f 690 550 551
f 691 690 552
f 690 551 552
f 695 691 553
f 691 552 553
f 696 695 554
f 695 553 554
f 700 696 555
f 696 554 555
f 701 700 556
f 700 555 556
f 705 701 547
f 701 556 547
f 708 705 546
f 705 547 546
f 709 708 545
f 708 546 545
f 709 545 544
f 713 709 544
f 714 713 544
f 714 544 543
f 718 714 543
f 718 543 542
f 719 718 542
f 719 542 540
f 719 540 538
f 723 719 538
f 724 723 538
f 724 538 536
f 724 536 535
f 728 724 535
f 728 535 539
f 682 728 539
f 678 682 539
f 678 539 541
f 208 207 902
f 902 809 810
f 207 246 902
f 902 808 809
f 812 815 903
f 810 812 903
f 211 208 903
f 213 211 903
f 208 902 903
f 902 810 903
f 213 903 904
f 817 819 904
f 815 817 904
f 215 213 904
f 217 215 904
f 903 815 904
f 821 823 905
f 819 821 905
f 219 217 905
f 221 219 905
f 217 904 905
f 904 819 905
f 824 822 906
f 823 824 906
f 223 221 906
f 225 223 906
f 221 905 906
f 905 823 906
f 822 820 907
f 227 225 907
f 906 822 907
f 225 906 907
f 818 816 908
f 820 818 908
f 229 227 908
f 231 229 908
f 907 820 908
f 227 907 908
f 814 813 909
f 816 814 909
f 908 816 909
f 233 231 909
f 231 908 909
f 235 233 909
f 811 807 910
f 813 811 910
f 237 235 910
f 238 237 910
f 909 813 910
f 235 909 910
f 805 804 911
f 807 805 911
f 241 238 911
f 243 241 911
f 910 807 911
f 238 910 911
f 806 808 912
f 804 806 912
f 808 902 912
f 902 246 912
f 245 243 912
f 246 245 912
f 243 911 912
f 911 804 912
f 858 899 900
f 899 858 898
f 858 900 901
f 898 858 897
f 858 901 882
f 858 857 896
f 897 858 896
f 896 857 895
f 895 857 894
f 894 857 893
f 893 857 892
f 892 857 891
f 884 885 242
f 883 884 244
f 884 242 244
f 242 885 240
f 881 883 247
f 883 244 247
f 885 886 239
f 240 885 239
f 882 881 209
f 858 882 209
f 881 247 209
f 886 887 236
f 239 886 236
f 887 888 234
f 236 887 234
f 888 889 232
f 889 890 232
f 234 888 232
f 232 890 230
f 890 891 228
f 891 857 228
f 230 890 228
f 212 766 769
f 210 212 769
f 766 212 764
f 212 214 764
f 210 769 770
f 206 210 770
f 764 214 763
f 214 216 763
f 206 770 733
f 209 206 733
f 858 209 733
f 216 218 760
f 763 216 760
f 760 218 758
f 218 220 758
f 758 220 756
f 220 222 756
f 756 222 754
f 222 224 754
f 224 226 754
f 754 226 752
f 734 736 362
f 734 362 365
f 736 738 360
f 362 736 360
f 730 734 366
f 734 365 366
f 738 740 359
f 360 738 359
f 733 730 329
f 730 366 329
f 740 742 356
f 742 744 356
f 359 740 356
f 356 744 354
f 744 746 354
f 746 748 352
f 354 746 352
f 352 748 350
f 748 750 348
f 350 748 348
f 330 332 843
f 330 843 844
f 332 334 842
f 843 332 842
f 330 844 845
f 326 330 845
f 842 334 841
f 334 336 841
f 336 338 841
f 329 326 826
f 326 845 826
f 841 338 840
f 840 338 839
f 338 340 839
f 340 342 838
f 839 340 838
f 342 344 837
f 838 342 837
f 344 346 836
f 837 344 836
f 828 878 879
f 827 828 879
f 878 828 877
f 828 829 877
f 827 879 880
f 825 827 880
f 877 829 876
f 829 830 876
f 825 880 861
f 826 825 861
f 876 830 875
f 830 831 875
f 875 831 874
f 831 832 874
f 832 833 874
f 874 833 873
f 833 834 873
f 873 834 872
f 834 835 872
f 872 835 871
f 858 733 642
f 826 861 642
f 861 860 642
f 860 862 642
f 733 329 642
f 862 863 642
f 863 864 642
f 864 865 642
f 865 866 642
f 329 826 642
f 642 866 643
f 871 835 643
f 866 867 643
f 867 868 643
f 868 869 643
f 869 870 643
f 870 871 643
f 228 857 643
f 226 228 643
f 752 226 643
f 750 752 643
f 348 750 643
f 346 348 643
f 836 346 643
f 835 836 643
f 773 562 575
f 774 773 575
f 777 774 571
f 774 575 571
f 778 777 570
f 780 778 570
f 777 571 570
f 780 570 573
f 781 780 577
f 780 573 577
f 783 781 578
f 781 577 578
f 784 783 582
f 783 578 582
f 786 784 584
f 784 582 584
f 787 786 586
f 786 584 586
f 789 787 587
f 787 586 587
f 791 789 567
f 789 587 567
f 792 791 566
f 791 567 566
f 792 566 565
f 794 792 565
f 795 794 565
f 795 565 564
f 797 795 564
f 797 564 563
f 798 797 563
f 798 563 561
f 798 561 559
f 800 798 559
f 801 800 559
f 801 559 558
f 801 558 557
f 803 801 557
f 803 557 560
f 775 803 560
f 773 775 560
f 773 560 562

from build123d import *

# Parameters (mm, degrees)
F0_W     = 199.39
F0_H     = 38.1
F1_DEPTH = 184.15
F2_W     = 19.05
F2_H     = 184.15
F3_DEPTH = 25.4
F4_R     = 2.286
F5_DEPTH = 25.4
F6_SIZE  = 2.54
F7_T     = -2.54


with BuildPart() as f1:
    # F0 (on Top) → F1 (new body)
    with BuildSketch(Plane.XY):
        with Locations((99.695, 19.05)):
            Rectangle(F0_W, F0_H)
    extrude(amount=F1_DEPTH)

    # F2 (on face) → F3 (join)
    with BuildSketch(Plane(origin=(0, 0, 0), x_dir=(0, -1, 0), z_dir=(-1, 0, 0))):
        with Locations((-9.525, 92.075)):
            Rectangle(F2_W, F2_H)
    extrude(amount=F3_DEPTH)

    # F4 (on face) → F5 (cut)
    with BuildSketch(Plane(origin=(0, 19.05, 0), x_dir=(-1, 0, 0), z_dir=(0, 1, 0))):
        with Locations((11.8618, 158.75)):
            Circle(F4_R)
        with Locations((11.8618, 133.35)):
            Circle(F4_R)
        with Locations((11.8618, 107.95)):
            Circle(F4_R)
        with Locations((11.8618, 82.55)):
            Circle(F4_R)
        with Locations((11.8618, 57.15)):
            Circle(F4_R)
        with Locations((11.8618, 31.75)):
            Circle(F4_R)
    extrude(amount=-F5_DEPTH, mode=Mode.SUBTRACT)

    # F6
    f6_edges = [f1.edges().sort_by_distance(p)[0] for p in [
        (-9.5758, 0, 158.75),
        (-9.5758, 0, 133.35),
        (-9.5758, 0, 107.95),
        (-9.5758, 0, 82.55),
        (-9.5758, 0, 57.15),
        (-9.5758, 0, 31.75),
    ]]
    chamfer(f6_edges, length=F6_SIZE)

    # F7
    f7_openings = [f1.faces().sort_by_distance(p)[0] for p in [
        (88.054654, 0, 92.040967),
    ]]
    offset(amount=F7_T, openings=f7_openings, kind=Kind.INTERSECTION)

◇ ◇ ◇ ◇

Using the records above, write out exactly the lines between the one holding "f 807 805 911" and the one holding "f 234 888 232", inclusive; leave everything else out.

f 807 805 911
f 241 238 911
f 243 241 911
f 910 807 911
f 238 910 911
f 806 808 912
f 804 806 912
f 808 902 912
f 902 246 912
f 245 243 912
f 246 245 912
f 243 911 912
f 911 804 912
f 858 899 900
f 899 858 898
f 858 900 901
f 898 858 897
f 858 901 882
f 858 857 896
f 897 858 896
f 896 857 895
f 895 857 894
f 894 857 893
f 893 857 892
f 892 857 891
f 884 885 242
f 883 884 244
f 884 242 244
f 242 885 240
f 881 883 247
f 883 244 247
f 885 886 239
f 240 885 239
f 882 881 209
f 858 882 209
f 881 247 209
f 886 887 236
f 239 886 236
f 887 888 234
f 236 887 234
f 888 889 232
f 889 890 232
f 234 888 232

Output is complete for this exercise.